COVID-19: US was a complete mess. Shocking. HK did ok.
HK and China- National Security Law. China is exerting its influence globally, forcefully. Quipping with the Trump US. Messy.
We have had many years of relative peace. World War ended in 1945, which was 75 years ago.
Tech rules the world these days- Amazon, Facebook, Google, Apple, Microsoft, Netflix, Tencent, Alibaba. And they have been targets for antitrust probes, misinformation, and national fights.
TikTok became the punching bag between the US and China. US said it would ban the app in the US. First ever.
This year is the election year. Trump is up for his second term. Biden teams up with Kamala Harris.
HK cancelled its legco election, because of the pandemic. It is annoying because the pan-democratic folks have the momentum to win the majority.
The NBA paused, and now have resumed. They are inside a bubble in Disneyland.
9 year old + 2.5 year old.
Belcher’s for a year now. Love it. Very grateful.
New site of our school almost complete. It is beautiful.
Wife now has a room to work in.
She could eat and lead better.
I get to hug her almost every morning.
⭐️I still feel very bad about what happened. At the same time, I am forever grateful that she stuck with me. This, is the most vivid reminder of the feeling and power of love.
I am on my own, running enliven works.
It has been a failure, which I am ok with at this moment.
I am on a newsletter binge.
I have a unified idea of who I am online. I am happy with it.
I exercise every other day, either at home doing bodyweight workout, or at the gym.
I have gained 4KG in the last 6 months.
It was because of a mental health episode – binge eating.
I am taking 50mg of lamictal and 20 mg of Fluoxetine.
I am happy with my mental condition. It’s stable at this moment.
Ups and downs still exist, but in general I have a better handle of it at this moment.
I am almost done with my dive into philosophy. The feeling of “there is nothing new under the sky” is strong.
I strongly feel it is time to create.
I don’t eat as strict anymore. Almost some bread everyday.
I do recognise and notice how good my life is- healthy immediate family (physically and mentally), mom is alive. I have enough money.
I am looking for a job, because we are burning 40,000 (second mortgage to support the school) + 40,000 monthly expenses. My own gig doesn’t make enough to support it.
Job search has been very slow. I felt anxious I still got rejected as often as before. My title at Apple was BD manager.
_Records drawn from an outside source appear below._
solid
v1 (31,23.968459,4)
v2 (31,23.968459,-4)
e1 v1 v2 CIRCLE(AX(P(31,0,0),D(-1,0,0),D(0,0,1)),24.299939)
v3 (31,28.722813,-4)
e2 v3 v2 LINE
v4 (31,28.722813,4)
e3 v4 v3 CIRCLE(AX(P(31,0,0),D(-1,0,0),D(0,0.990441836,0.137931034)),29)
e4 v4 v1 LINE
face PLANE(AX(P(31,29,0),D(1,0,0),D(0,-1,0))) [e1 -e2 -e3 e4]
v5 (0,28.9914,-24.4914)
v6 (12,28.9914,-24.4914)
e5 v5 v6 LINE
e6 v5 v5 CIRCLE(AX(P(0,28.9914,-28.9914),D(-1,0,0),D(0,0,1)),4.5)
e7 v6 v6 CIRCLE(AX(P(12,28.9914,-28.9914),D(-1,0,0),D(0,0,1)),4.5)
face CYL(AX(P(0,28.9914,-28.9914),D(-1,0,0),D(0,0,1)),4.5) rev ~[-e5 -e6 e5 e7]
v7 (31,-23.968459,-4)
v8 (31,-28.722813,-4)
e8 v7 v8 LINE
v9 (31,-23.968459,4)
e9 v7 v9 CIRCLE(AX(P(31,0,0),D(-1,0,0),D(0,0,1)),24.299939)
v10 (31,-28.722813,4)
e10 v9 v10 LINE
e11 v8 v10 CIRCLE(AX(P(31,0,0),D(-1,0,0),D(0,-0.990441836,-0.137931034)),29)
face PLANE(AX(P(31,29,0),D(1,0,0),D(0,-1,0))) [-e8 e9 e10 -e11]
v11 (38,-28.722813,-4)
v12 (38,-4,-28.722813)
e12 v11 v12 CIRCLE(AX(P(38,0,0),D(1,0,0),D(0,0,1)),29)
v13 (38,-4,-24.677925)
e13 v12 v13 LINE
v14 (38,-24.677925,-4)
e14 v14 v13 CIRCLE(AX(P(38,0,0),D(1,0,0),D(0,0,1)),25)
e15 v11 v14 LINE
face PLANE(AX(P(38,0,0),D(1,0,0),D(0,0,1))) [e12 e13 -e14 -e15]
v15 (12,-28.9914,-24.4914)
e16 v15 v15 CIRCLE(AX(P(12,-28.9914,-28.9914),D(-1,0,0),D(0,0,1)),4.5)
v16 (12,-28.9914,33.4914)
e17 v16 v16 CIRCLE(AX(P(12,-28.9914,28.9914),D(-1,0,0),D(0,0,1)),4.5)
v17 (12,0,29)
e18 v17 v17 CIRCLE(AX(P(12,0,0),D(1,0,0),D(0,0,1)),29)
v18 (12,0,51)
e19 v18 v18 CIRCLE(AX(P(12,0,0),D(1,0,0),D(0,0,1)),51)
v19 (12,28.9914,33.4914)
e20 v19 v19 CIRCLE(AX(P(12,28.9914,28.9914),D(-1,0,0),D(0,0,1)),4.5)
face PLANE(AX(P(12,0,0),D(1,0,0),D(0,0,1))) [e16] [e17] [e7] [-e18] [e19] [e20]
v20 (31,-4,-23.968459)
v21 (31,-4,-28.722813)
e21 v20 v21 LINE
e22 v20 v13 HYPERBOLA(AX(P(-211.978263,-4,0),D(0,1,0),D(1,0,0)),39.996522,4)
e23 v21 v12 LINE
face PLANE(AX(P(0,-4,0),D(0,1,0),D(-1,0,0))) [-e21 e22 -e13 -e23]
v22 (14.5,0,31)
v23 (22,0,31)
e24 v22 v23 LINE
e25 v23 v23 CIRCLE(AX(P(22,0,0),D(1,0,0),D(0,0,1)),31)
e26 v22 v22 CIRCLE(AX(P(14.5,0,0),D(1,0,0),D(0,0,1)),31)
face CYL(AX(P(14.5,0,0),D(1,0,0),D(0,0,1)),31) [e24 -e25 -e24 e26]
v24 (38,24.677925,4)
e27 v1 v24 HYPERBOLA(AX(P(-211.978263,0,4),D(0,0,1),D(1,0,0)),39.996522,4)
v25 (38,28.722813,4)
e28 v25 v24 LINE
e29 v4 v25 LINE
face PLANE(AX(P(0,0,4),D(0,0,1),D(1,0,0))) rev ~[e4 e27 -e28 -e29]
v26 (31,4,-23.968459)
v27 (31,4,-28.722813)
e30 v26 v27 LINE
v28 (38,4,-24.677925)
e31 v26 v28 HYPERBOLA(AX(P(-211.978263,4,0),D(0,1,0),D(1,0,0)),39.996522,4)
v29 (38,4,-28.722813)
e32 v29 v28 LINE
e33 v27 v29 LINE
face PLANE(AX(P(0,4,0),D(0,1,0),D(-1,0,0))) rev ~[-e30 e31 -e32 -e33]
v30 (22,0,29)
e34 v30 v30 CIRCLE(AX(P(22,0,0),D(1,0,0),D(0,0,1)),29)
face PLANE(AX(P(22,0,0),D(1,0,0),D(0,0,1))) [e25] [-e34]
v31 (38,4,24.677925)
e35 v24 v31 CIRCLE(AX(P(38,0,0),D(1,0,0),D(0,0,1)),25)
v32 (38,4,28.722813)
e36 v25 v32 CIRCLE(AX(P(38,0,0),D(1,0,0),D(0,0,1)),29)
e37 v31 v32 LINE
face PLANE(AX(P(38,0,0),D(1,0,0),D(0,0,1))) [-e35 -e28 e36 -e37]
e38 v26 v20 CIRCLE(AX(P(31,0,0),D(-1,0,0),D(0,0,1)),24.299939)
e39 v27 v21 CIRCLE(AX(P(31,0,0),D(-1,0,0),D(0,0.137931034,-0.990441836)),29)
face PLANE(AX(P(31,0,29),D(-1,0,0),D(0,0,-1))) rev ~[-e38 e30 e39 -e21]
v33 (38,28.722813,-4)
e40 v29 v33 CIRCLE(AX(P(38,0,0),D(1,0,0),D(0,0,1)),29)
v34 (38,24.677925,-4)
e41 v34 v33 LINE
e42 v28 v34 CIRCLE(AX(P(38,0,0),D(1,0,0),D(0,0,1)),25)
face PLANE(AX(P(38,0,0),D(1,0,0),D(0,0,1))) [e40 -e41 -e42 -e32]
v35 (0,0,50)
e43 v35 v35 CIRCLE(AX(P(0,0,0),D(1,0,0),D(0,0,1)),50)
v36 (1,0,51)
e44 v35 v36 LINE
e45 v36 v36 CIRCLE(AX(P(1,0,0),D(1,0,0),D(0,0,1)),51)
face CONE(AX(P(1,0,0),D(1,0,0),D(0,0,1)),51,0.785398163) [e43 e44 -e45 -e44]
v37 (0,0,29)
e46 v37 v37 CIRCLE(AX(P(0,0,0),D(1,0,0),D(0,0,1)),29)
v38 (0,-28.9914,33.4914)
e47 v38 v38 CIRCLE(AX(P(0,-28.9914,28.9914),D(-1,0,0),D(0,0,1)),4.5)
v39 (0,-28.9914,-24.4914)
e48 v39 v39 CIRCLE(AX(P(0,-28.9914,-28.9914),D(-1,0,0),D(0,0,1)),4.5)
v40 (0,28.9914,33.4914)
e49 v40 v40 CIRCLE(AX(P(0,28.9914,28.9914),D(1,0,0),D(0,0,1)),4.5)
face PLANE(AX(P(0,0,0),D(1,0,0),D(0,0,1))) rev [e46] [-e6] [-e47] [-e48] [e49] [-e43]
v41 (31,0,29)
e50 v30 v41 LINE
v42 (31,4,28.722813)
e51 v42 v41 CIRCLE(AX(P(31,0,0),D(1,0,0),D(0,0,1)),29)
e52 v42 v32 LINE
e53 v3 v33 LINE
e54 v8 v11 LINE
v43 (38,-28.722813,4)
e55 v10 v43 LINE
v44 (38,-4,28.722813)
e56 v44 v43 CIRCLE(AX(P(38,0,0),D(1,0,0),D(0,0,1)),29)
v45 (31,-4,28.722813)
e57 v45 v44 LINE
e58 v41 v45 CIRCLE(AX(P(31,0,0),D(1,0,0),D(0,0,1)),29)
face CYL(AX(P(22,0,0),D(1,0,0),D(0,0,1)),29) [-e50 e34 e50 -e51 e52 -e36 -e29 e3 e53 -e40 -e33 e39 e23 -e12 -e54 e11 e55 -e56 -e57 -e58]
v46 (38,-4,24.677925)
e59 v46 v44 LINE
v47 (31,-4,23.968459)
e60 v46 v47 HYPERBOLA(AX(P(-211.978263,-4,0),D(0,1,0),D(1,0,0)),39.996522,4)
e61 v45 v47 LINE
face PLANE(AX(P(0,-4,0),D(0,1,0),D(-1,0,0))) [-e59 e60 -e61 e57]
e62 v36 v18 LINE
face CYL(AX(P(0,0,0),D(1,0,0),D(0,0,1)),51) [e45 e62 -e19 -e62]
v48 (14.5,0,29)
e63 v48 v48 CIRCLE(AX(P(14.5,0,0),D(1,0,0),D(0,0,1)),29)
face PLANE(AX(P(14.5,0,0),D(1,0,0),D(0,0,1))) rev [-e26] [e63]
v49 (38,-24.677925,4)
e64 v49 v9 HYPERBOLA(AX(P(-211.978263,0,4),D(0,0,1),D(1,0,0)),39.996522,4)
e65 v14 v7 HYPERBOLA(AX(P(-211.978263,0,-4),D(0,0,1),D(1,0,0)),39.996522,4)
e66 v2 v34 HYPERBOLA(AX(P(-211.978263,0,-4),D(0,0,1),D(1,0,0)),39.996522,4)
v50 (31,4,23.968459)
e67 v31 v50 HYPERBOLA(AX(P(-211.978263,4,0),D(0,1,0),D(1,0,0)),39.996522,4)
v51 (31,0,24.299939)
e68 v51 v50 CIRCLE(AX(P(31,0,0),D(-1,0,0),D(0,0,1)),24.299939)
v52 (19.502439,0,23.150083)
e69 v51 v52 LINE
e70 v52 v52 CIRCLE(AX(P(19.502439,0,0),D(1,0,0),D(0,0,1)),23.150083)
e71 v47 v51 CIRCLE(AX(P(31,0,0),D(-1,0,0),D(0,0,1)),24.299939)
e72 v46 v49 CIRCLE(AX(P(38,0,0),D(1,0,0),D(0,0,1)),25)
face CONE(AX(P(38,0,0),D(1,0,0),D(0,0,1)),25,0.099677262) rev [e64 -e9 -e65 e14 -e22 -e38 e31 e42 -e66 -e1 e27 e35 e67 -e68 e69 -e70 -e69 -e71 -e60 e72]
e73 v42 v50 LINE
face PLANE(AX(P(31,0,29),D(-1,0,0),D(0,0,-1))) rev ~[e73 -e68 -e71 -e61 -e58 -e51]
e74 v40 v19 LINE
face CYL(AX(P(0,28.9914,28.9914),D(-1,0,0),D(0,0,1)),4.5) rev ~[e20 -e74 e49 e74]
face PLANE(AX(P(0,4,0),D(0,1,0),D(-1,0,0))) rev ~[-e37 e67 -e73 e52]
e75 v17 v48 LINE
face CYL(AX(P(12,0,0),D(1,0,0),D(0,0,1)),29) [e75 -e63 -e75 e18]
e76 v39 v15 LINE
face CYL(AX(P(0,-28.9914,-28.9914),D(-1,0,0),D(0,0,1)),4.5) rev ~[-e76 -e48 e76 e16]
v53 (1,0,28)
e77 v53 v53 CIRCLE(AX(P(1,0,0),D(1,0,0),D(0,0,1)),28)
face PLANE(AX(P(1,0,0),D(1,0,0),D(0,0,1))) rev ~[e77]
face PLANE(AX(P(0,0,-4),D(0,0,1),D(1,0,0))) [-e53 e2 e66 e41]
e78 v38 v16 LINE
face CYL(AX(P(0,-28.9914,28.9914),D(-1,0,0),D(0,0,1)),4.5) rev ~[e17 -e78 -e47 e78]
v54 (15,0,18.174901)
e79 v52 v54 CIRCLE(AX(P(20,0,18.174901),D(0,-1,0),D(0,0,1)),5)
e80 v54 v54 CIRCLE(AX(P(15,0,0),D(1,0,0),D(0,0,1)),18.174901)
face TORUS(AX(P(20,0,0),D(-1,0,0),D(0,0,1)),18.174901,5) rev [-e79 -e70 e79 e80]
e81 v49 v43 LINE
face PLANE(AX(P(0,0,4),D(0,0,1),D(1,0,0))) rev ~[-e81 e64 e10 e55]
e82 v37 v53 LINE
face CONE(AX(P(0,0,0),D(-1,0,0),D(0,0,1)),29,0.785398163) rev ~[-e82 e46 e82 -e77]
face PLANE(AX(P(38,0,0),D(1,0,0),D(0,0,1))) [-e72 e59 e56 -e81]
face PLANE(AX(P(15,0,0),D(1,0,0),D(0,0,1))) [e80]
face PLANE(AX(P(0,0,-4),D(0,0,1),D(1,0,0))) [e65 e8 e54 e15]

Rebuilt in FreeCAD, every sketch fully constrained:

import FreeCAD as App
import Part
import Sketcher
Q = App.Units.Quantity


def edges_at(feature, points):
    """Names of the edges that pass closest to the given points."""
    edges = feature.Shape.Edges
    near = lambda p: min(range(len(edges)), key=lambda i: edges[i].distToShape(Part.Vertex(*p))[0])
    return sorted({f"Edge{near(p) + 1}" for p in points})

doc = App.newDocument("Part")
body = doc.addObject("PartDesign::Body", "Body")

sketch1 = body.newObject("Sketcher::SketchObject", "Sketch")
sketch1.AttachmentSupport = (doc.getObject("XZ_Plane"), [""])
sketch1.MapMode = "FlatFace"
sketch1.addGeometry([
    Part.LineSegment(App.Vector(0, 29, 0), App.Vector(0, 51, 0)),
    Part.LineSegment(App.Vector(0, 51, 0), App.Vector(12, 51, 0)),
    Part.LineSegment(App.Vector(12, 51, 0), App.Vector(12, 29, 0)),
    Part.LineSegment(App.Vector(12, 29, 0), App.Vector(14.5, 29, 0)),
    Part.LineSegment(App.Vector(14.5, 29, 0), App.Vector(14.5, 31, 0)),
    Part.LineSegment(App.Vector(14.5, 31, 0), App.Vector(22, 31, 0)),
    Part.LineSegment(App.Vector(22, 31, 0), App.Vector(22, 29, 0)),
    Part.LineSegment(App.Vector(22, 29, 0), App.Vector(38, 29, 0)),
    Part.LineSegment(App.Vector(38, 29, 0), App.Vector(38, 25, 0)),
    Part.LineSegment(App.Vector(38, 25, 0), App.Vector(15, 22.6998, 0)),
    Part.LineSegment(App.Vector(15, 22.6998, 0), App.Vector(15, 0, 0)),
    Part.LineSegment(App.Vector(15, 0, 0), App.Vector(1, 0, 0)),
    Part.LineSegment(App.Vector(1, 0, 0), App.Vector(1, 28, 0)),
    Part.LineSegment(App.Vector(1, 28, 0), App.Vector(0, 29, 0)),
], False)
sketch1.addConstraint([
    Sketcher.Constraint("Coincident", 0, 2, 1, 1),
    Sketcher.Constraint("Coincident", 1, 2, 2, 1),
    Sketcher.Constraint("Coincident", 2, 2, 3, 1),
    Sketcher.Constraint("Coincident", 3, 2, 4, 1),
    Sketcher.Constraint("Coincident", 4, 2, 5, 1),
    Sketcher.Constraint("Coincident", 5, 2, 6, 1),
    Sketcher.Constraint("Coincident", 6, 2, 7, 1),
    Sketcher.Constraint("Coincident", 7, 2, 8, 1),
    Sketcher.Constraint("Coincident", 8, 2, 9, 1),
    Sketcher.Constraint("Coincident", 9, 2, 10, 1),
    Sketcher.Constraint("Coincident", 10, 2, 11, 1),
    Sketcher.Constraint("Coincident", 11, 2, 12, 1),
    Sketcher.Constraint("Coincident", 12, 2, 13, 1),
    Sketcher.Constraint("Coincident", 13, 2, 0, 1),
    Sketcher.Constraint("Vertical", 0),
    Sketcher.Constraint("Horizontal", 1),
    Sketcher.Constraint("Vertical", 2),
    Sketcher.Constraint("Horizontal", 3),
    Sketcher.Constraint("Vertical", 4),
    Sketcher.Constraint("Horizontal", 5),
    Sketcher.Constraint("Vertical", 6),
    Sketcher.Constraint("Horizontal", 7),
    Sketcher.Constraint("Vertical", 8),
    Sketcher.Constraint("Vertical", 10),
    Sketcher.Constraint("Horizontal", 11),
    Sketcher.Constraint("Vertical", 12),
I am looking for VP GM roles in tech, sportswear, lifestyle brands, new tech startups.
I meditate every day for 20-40 minutes using Sam Harris’ app.
I have been more aware of the idea of “consciousness and its content” more often.
I find it very helpful to be less attached to most things.
I am using theBrain to put my thoughts together.
The path I am on right now is communication, which I call “Cassandra.”
I feel I have found something looming. It is around the edges of how we communicate, and then live a better life. It’s broad and vague. But I am seeing an anchor for my otherwise very random thoughts.
My goal was to be useful in the mental health world by 50.
My current personal philosophy: be useful, do good work. Becoming clearer, and “oh wow.”
These are “characteristics” I want to “work diligently” on- compassion, grit (purpose, patience, perseverance), curiosity, humility, appreciation of beauty and excellence.
I am working on relaxing and taking breaks.
Overall, I feel grateful. I am in a good place. Thank you.